In quotes – the Institutional Historical Abuse apology
Stormont Ministers from the five main parties and representatives of institutions made a public apology to victims to historical institutional abuse in the Assembly Chamber on Friday.
Here are some of the main quotes from those who apologised and the reaction of the victims.
“For this abuse to succeed on this scale requires not only individual abusers and institutions to perpetrate the abuse, but failed oversight and accountability on the part of the public authorities” – Commissioner for Victims and Survivors of Institutional Childhood Abuse Fiona Ryan.
“We neglected you, rejected you, we made you feel unwanted. It was not your fault. The state let you down” – DUP Education Minister Michelle McIlveen.
“This is where our laws are made, where we, ministers and those responsible for governing, are held to account. We are united in our acceptance of responsibility” – Alliance Justice Minister Naomi Long.
“The guilt and shame of what happened is not, nor has it ever been, your burden to bear. The burden belongs only to us; those who should have protected you” – SDLP Infrastructure Minister Nichola Mallon.
“What happened to each and every one of you was wrong. It should not have happened and it is critical that every possible step is taken to ensure that nothing like this happens to any other child in the care of the state – ever again”- UUP Health Minister Robin Swann.
“You, and all victims and survivors, deserve nothing less than full acknowledgement of the harm inflicted on you as children, and the suffering you have endured throughout your lives as a result of our failures” – Sinn Fein Finance Minister Conor Murphy.
“For our part, we wish to say we are sorry and wish to offer our sincere apology” – Brother Francis Manning, De La Salle.
“We recognise your pain and the long-awaited journey you have travelled to reach this day” – Sister Cornelia Walsh, Sisters of Nazareth.
“To those of you who suffered at any time while at St Joseph’s and are still carrying that pain, we say we are especially sorry that when you were a child or a teenager, you did not always feel safe or believed while at St Joseph’s” – Uainin Clarke, Sisters of St Louis.
“In one of our institutions, there was a practice of reading out misdemeanours and humiliating you in front of others. We unreservedly accept that this amounted to emotional abuse and deeply regret that you experienced this practice” – Cait O’Leary, the Good Shepherd Sisters.
“We acknowledge that the organisational failures at the time led to the abuse as a child you experienced living with us” – Michele Janes, of Barnardo’s.

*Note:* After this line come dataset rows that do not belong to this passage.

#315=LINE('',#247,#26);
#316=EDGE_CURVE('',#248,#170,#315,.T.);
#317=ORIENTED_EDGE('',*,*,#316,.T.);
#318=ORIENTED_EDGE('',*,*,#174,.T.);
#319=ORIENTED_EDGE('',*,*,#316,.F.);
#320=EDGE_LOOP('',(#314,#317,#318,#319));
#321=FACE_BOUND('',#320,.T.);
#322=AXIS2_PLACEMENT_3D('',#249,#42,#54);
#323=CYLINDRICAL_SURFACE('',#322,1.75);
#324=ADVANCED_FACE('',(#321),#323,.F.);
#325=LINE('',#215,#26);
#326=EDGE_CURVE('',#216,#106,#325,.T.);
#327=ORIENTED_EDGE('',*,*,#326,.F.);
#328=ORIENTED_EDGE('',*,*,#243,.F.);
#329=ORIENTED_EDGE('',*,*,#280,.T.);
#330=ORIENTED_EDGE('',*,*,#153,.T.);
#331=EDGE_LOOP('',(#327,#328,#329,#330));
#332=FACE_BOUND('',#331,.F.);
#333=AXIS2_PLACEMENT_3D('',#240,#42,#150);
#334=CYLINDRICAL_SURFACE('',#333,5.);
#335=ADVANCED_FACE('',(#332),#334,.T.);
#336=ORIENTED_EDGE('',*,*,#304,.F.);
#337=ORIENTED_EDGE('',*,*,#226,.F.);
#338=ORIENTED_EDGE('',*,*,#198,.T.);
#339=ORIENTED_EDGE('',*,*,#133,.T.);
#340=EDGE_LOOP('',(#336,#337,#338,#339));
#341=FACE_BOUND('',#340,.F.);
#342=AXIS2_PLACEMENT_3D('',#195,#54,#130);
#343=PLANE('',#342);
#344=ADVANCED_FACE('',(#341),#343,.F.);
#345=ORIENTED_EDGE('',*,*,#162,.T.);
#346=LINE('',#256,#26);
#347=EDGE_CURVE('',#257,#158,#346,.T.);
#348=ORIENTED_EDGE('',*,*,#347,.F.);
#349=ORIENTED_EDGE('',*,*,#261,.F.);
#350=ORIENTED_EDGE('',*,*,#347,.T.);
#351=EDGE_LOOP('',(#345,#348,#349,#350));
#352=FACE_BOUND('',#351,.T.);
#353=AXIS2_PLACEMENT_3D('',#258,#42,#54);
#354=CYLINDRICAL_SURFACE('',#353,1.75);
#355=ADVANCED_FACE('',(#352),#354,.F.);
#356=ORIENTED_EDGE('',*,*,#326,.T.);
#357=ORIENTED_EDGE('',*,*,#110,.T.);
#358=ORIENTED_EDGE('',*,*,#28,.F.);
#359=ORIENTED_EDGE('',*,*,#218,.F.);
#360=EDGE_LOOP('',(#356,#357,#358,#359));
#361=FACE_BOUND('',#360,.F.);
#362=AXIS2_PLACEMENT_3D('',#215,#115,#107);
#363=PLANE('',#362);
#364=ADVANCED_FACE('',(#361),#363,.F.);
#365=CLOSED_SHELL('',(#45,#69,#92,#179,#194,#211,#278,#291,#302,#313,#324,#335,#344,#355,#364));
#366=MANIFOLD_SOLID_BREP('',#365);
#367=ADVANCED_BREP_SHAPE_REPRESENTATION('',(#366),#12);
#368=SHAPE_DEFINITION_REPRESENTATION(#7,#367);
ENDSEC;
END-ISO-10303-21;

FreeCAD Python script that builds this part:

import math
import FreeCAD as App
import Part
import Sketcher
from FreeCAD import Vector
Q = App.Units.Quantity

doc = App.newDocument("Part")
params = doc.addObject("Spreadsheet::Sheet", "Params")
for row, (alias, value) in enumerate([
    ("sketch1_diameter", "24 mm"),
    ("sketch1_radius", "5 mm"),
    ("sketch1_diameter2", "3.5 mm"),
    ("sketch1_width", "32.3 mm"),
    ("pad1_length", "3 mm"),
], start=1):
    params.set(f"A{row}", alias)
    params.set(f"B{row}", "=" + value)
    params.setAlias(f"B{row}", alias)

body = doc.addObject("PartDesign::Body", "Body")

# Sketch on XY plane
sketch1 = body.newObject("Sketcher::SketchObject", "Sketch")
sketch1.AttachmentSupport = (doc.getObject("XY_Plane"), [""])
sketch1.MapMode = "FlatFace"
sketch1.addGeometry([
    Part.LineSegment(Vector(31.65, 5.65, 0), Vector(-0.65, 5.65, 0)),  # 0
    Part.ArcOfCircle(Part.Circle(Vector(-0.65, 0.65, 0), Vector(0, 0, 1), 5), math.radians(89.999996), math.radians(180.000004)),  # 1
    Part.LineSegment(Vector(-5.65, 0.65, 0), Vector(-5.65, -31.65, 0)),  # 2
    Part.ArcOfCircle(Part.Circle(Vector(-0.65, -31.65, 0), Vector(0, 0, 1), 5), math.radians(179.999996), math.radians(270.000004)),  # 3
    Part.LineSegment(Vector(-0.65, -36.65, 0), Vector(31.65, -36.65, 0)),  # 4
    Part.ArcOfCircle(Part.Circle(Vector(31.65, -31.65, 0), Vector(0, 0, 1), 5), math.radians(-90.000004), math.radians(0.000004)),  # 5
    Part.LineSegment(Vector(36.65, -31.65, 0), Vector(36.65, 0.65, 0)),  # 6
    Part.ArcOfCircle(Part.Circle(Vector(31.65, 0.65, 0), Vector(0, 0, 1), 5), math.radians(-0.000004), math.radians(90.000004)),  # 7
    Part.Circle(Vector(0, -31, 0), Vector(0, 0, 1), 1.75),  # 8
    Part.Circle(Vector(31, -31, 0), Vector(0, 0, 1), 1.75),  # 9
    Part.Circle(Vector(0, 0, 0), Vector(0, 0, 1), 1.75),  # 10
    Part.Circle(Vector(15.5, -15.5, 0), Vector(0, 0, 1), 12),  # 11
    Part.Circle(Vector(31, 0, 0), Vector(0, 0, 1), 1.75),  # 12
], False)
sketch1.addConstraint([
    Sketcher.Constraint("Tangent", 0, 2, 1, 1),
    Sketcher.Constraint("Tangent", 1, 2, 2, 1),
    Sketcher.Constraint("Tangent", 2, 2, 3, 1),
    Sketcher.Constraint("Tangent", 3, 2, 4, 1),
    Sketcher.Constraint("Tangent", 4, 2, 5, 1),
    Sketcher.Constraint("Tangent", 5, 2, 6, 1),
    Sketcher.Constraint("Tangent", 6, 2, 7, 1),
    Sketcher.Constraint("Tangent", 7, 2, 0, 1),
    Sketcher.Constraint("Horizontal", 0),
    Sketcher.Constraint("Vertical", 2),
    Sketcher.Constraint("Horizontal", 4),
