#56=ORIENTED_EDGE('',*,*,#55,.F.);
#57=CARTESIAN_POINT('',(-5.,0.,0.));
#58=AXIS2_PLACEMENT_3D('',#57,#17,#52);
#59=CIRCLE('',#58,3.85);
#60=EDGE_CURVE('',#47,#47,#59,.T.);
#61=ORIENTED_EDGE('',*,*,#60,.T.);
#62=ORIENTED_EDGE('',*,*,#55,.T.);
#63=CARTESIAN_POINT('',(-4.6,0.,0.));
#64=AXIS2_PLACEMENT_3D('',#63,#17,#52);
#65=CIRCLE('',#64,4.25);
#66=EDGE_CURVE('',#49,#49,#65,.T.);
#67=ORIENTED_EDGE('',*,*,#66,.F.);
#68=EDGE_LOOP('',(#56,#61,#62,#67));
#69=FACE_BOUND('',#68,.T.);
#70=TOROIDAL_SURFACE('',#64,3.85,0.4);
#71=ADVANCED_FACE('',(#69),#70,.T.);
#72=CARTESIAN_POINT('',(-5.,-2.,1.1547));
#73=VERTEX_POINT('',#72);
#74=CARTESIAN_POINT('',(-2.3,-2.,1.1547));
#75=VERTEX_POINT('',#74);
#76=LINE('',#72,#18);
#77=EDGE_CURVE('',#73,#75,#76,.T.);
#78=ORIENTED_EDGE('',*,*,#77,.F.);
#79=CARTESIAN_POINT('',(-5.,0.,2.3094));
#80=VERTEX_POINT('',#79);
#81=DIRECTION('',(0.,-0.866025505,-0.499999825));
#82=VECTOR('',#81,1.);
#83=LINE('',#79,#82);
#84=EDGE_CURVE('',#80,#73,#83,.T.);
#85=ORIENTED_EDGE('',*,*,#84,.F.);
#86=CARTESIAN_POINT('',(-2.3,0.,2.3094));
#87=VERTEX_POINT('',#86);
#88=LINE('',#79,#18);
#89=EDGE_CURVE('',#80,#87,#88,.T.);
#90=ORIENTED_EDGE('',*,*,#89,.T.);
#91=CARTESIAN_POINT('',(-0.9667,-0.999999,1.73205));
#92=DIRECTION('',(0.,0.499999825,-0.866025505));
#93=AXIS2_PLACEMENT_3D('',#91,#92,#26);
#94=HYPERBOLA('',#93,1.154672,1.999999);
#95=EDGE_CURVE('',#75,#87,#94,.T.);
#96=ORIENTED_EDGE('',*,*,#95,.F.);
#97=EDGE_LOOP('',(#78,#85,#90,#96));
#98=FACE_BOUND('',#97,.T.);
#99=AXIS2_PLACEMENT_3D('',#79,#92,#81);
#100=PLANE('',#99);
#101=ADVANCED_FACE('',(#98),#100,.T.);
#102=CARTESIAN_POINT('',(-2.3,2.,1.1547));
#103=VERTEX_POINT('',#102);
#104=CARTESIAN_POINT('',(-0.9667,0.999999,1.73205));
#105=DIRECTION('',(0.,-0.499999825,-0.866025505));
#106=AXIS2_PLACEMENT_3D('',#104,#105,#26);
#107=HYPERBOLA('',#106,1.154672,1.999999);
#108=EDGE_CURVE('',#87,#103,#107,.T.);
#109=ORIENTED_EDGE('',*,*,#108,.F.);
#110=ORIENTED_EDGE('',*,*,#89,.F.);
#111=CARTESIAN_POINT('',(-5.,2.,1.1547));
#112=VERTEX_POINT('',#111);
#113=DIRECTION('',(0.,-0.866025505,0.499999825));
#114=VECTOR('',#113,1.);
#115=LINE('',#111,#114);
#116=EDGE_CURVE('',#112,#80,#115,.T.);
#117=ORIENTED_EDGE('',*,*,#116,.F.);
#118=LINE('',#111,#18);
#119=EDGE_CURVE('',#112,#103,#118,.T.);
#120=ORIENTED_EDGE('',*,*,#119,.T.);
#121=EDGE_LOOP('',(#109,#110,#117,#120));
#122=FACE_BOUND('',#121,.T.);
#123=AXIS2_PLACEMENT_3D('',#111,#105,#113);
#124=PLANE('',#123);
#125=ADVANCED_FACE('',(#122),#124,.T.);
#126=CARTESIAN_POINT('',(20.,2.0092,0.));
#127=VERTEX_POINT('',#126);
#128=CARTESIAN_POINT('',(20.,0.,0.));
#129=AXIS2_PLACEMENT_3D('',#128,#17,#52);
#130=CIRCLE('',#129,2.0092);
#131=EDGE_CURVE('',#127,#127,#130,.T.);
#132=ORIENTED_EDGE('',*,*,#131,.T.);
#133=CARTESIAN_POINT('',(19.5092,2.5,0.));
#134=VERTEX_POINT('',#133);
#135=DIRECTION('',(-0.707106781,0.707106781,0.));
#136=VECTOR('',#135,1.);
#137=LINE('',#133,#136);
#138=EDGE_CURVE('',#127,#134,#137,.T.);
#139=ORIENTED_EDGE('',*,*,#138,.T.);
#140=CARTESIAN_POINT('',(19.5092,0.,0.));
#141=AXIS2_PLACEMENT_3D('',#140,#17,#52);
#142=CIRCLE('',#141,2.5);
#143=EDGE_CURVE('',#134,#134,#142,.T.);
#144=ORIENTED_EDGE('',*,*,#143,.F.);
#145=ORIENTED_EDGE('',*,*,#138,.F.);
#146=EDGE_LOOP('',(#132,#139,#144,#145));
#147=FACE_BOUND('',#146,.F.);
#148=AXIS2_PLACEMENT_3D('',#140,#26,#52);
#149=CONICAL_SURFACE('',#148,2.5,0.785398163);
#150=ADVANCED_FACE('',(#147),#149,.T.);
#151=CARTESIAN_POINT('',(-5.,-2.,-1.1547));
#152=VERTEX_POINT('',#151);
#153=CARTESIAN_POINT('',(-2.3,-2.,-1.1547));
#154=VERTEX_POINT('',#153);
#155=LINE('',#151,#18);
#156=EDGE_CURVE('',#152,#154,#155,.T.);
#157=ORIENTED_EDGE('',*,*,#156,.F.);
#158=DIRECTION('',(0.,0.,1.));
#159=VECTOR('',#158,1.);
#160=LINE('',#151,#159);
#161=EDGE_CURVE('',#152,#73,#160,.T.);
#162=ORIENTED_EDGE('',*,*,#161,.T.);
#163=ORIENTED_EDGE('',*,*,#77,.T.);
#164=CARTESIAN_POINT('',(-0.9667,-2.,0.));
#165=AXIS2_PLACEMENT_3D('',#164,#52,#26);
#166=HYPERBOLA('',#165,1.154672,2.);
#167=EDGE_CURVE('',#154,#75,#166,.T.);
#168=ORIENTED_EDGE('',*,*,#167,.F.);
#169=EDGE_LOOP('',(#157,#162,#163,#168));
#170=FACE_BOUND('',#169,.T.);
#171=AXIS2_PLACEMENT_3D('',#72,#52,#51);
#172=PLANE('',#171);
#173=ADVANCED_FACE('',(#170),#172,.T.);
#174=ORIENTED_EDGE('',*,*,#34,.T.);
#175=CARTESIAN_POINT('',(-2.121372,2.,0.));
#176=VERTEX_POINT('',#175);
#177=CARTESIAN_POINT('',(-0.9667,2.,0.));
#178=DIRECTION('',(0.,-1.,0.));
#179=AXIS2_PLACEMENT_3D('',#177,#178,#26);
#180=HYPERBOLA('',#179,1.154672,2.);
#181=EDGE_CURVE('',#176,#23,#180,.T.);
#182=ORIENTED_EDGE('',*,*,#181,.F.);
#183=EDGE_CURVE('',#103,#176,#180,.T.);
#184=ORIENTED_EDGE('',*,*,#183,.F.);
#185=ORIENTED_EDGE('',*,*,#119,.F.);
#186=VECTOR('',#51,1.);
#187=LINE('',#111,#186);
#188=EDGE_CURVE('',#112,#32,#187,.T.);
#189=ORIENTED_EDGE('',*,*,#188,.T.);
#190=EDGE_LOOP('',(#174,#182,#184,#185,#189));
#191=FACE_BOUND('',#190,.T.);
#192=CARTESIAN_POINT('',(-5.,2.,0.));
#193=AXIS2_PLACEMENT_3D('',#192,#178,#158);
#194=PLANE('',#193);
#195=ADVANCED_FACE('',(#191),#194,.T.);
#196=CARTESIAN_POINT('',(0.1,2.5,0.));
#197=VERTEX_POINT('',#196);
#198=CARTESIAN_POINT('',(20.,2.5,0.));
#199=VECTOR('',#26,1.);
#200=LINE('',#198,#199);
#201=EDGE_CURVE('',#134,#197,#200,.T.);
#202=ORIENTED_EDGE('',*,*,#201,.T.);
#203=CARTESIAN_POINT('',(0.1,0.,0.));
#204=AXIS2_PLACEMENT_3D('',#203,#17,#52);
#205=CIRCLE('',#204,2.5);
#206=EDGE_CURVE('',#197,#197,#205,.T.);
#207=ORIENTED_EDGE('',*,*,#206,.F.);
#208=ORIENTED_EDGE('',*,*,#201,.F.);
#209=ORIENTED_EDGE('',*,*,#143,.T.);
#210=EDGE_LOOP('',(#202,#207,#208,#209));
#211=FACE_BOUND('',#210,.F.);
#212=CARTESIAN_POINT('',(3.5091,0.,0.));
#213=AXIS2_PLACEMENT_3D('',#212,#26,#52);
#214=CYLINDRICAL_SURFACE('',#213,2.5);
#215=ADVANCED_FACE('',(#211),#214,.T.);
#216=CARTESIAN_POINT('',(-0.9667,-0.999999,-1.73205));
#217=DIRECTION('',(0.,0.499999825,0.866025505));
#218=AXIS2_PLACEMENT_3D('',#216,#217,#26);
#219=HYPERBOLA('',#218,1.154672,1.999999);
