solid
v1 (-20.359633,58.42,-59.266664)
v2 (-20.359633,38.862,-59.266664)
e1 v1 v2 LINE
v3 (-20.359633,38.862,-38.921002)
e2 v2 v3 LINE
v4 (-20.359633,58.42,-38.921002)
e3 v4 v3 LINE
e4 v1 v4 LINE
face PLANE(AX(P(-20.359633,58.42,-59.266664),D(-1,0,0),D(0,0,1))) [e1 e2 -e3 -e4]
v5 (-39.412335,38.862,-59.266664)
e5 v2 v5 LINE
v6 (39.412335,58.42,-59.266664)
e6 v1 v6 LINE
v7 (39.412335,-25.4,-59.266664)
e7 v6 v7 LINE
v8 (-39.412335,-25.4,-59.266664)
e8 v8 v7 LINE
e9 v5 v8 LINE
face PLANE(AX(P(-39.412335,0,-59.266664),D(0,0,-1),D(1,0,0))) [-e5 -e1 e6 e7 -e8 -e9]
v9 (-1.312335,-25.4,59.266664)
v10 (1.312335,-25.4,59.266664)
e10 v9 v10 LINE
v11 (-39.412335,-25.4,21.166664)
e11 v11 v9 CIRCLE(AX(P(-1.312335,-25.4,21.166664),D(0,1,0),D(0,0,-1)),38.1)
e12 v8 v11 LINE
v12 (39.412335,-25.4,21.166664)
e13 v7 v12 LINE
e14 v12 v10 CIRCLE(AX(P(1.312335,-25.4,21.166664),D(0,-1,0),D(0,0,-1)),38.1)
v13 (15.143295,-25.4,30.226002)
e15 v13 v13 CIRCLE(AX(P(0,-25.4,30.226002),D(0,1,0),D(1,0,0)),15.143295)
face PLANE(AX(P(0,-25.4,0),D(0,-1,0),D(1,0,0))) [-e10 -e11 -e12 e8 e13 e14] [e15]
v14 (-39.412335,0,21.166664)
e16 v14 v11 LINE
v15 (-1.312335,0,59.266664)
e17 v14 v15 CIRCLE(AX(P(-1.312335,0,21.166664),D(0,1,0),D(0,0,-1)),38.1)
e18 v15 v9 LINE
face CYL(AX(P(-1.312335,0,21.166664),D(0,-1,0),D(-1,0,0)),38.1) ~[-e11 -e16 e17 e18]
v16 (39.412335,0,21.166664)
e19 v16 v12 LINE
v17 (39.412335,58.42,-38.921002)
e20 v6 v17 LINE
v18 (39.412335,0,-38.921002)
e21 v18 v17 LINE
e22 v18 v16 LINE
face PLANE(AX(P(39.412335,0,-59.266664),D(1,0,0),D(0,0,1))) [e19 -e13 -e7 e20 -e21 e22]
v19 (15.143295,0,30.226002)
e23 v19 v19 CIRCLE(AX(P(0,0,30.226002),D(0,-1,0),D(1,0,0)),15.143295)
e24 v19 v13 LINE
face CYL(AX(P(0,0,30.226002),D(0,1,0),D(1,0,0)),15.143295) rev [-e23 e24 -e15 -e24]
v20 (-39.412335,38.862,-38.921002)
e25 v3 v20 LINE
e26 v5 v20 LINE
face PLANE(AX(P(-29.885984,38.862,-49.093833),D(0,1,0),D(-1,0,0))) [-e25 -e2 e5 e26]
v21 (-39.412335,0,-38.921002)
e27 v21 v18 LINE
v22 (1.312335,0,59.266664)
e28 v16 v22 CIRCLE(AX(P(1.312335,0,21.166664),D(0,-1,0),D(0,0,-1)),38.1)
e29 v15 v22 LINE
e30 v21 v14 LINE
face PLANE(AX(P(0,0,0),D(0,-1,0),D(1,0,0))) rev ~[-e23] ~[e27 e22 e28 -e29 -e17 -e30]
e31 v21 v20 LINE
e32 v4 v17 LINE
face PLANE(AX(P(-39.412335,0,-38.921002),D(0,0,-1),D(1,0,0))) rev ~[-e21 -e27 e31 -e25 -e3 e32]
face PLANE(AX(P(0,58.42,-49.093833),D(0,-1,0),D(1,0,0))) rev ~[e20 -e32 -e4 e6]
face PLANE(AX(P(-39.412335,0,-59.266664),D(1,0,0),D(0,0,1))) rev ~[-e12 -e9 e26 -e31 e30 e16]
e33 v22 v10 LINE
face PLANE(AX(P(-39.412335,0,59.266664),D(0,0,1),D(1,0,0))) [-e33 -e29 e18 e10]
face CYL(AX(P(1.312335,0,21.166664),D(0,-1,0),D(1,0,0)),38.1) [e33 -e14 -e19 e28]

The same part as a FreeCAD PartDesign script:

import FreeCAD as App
import Part
import Sketcher
Q = App.Units.Quantity


def edges_at(feature, points):
    """Names of the edges that pass closest to the given points."""
    edges = feature.Shape.Edges
    near = lambda p: min(range(len(edges)), key=lambda i: edges[i].distToShape(Part.Vertex(*p))[0])
    return sorted({f"Edge{near(p) + 1}" for p in points})

doc = App.newDocument("Part")
body = doc.addObject("PartDesign::Body", "Body")

# Sketch on XZ plane
sketch1 = body.newObject("Sketcher::SketchObject", "Sketch")
sketch1.AttachmentSupport = (doc.getObject("XZ_Plane"), [""])
sketch1.MapMode = "FlatFace"
sketch1.addGeometry(Part.LineSegment(App.Vector(-39, 59, 0), App.Vector(-39, -59, 0)), False)
sketch1.addGeometry(Part.LineSegment(App.Vector(-39, -59, 0), App.Vector(39, -59, 0)), False)
sketch1.addGeometry(Part.LineSegment(App.Vector(39, -59, 0), App.Vector(39, 59, 0)), False)
sketch1.addGeometry(Part.LineSegment(App.Vector(39, 59, 0), App.Vector(-39, 59, 0)), False)
sketch1.addConstraint(Sketcher.Constraint("Coincident", 0, 2, 1, 1))
sketch1.addConstraint(Sketcher.Constraint("Coincident", 1, 2, 2, 1))
sketch1.addConstraint(Sketcher.Constraint("Coincident", 2, 2, 3, 1))
sketch1.addConstraint(Sketcher.Constraint("Coincident", 3, 2, 0, 1))
sketch1.addConstraint(Sketcher.Constraint("Vertical", 0))
sketch1.addConstraint(Sketcher.Constraint("Horizontal", 1))
sketch1.addConstraint(Sketcher.Constraint("Vertical", 2))
sketch1.addConstraint(Sketcher.Constraint("Horizontal", 3))
sketch1.addConstraint(Sketcher.Constraint("Symmetric", 0, 2, 2, 2, -1, 1))
sketch1.addConstraint(Sketcher.Constraint("DistanceX", 1, 1, 1, 2, 78.824669))
sketch1.addConstraint(Sketcher.Constraint("DistanceY", 0, 2, 0, 1, 118.533328))
pad1 = body.newObject("PartDesign::Pad", "Pad")
pad1.Profile = sketch1
pad1.Length = Q("1 in")
doc.recompute()

fillet = body.newObject("PartDesign::Fillet", "Fillet")
fillet.Base = (pad1, edges_at(pad1, [(-39.412, -12.7, 59.267), (39.412, -12.7, 59.267)]))
fillet.Radius = Q("1.5 in")

# Sketch on XZ plane
sketch2 = body.newObject("Sketcher::SketchObject", "Sketch001")
sketch2.AttachmentSupport = (doc.getObject("XZ_Plane"), [""])
sketch2.MapMode = "FlatFace"
sketch2.addGeometry(Part.Circle(App.Vector(0, 30, 0), App.Vector(0, 0, 1), 15), False)
sketch2.addConstraint(Sketcher.Constraint("PointOnObject", 0, 3, -2))
sketch2.addConstraint(Sketcher.Constraint("DistanceY", -1, 1, 0, 3, Q("1.1900001 in")))
sketch2.addConstraint(Sketcher.Constraint("Diameter", 0, 30.28659))
pocket1 = body.newObject("PartDesign::Pocket", "Pocket")
pocket1.Profile = sketch2
pocket1.Type = "ThroughAll"
pocket1.Reversed = True

# Sketch on XZ plane
sketch3 = body.newObject("Sketcher::SketchObject", "Sketch002")
sketch3.AttachmentSupport = (doc.getObject("XZ_Plane"), [""])
sketch3.MapMode = "FlatFace"
sketch3.addGeometry(Part.LineSegment(App.Vector(-39, -39, 0), App.Vector(-39, -59, 0)), False)
sketch3.addGeometry(Part.LineSegment(App.Vector(-39, -59, 0), App.Vector(39, -59, 0)), False)
sketch3.addGeometry(Part.LineSegment(App.Vector(39, -59, 0), App.Vector(39, -39, 0)), False)
sketch3.addGeometry(Part.LineSegment(App.Vector(39, -39, 0), App.Vector(-39, -39, 0)), False)
sketch3.addConstraint(Sketcher.Constraint("Coincident", 0, 2, 1, 1))
sketch3.addConstraint(Sketcher.Constraint("Coincident", 1, 2, 2, 1))
sketch3.addConstraint(Sketcher.Constraint("Coincident", 2, 2, 3, 1))
sketch3.addConstraint(Sketcher.Constraint("Coincident", 3, 2, 0, 1))
sketch3.addConstraint(Sketcher.Constraint("Vertical", 0))
sketch3.addConstraint(Sketcher.Constraint("Horizontal", 1))
sketch3.addConstraint(Sketcher.Constraint("Vertical", 2))
sketch3.addConstraint(Sketcher.Constraint("Horizontal", 3))
sketch3.addConstraint(Sketcher.Constraint("DistanceX", 1, 1, 1, 2, 78.824669))
sketch3.addConstraint(Sketcher.Constraint("DistanceY", 2, 2, -1, 1, 38.921002))
sketch3.addConstraint(Sketcher.Constraint("DistanceY", 0, 2, 0, 1, 20.345662))
sketch3.addConstraint(Sketcher.Constraint("DistanceX", 0, 2, -1, 1, 39.412335))
pad2 = body.newObject("PartDesign::Pad", "Pad001")
pad2.Profile = sketch3
pad2.Length = Q("2.3 in")
pad2.Reversed = True

# Sketch on XZ plane
sketch4 = body.newObject("Sketcher::SketchObject", "Sketch003")
sketch4.AttachmentSupport = (doc.getObject("XZ_Plane"), [""])
sketch4.MapMode = "FlatFace"
sketch4.AttachmentOffset = App.Placement(App.Vector(0, 0, -2.3 * 25.4), App.Rotation())
sketch4.addGeometry(Part.LineSegment(App.Vector(-20, -39, 0), App.Vector(-20, -59, 0)), False)
sketch4.addGeometry(Part.LineSegment(App.Vector(-20, -59, 0), App.Vector(-39, -59, 0)), False)
sketch4.addGeometry(Part.LineSegment(App.Vector(-39, -59, 0), App.Vector(-39, -39, 0)), False)
sketch4.addGeometry(Part.LineSegment(App.Vector(-39, -39, 0), App.Vector(-20, -39, 0)), False)
sketch4.addConstraint(Sketcher.Constraint("Coincident", 0, 2, 1, 1))
sketch4.addConstraint(Sketcher.Constraint("Coincident", 1, 2, 2, 1))
sketch4.addConstraint(Sketcher.Constraint("Coincident", 2, 2, 3, 1))
sketch4.addConstraint(Sketcher.Constraint("Coincident", 3, 2, 0, 1))
sketch4.addConstraint(Sketcher.Constraint("Vertical", 0))
sketch4.addConstraint(Sketcher.Constraint("Horizontal", 1))
sketch4.addConstraint(Sketcher.Constraint("Vertical", 2))
sketch4.addConstraint(Sketcher.Constraint("Horizontal", 3))
sketch4.addConstraint(Sketcher.Constraint("DistanceX", 1, 2, 1, 1, 19.052701))
sketch4.addConstraint(Sketcher.Constraint("DistanceY", 2, 2, -1, 1, 38.921002))
sketch4.addConstraint(Sketcher.Constraint("DistanceY", 0, 2, 0, 1, 20.345662))
sketch4.addConstraint(Sketcher.Constraint("DistanceX", 0, 2, -1, 1, 20.359633))
pocket2 = body.newObject("PartDesign::Pocket", "Pocket001")
pocket2.Profile = sketch4
pocket2.Length = Q("0.77 in")
pocket2.Reversed = True

doc.recompute()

“We recognise that such violations robbed you of your childhood and that you continue to live with the consequences to this day” – Reverend Mark Jones, Irish Church Missions.
“Why did they not apologise 30 years ago? Thirty years ago, they hopefully would have meant it. In my personal opinion I can’t accept the apology but for anybody else it is completely up to them” – Peter Murdoch, a former resident of Nazareth Lodge Orphanage.
“I want to say I cannot and I will not accept an apology from De La Salle. I will never accept their apology for what they did to our family” – Alice Harper, sister of a former resident.
“The way they can put it right is to do what the religious orders have just done in Scotland and make a significant contribution immediately to the redress fund” – Jon McCourt, Survivors North West.
““They were made and forced to come to this stage today, with the greatest respect, they are not sincere at all. I believe the ministers were (sincere) and they felt it, but as far as the religious orders and the others, they were forced into that situation and I would take that with a pinch of salt” – Margaret McGuckin, Savia.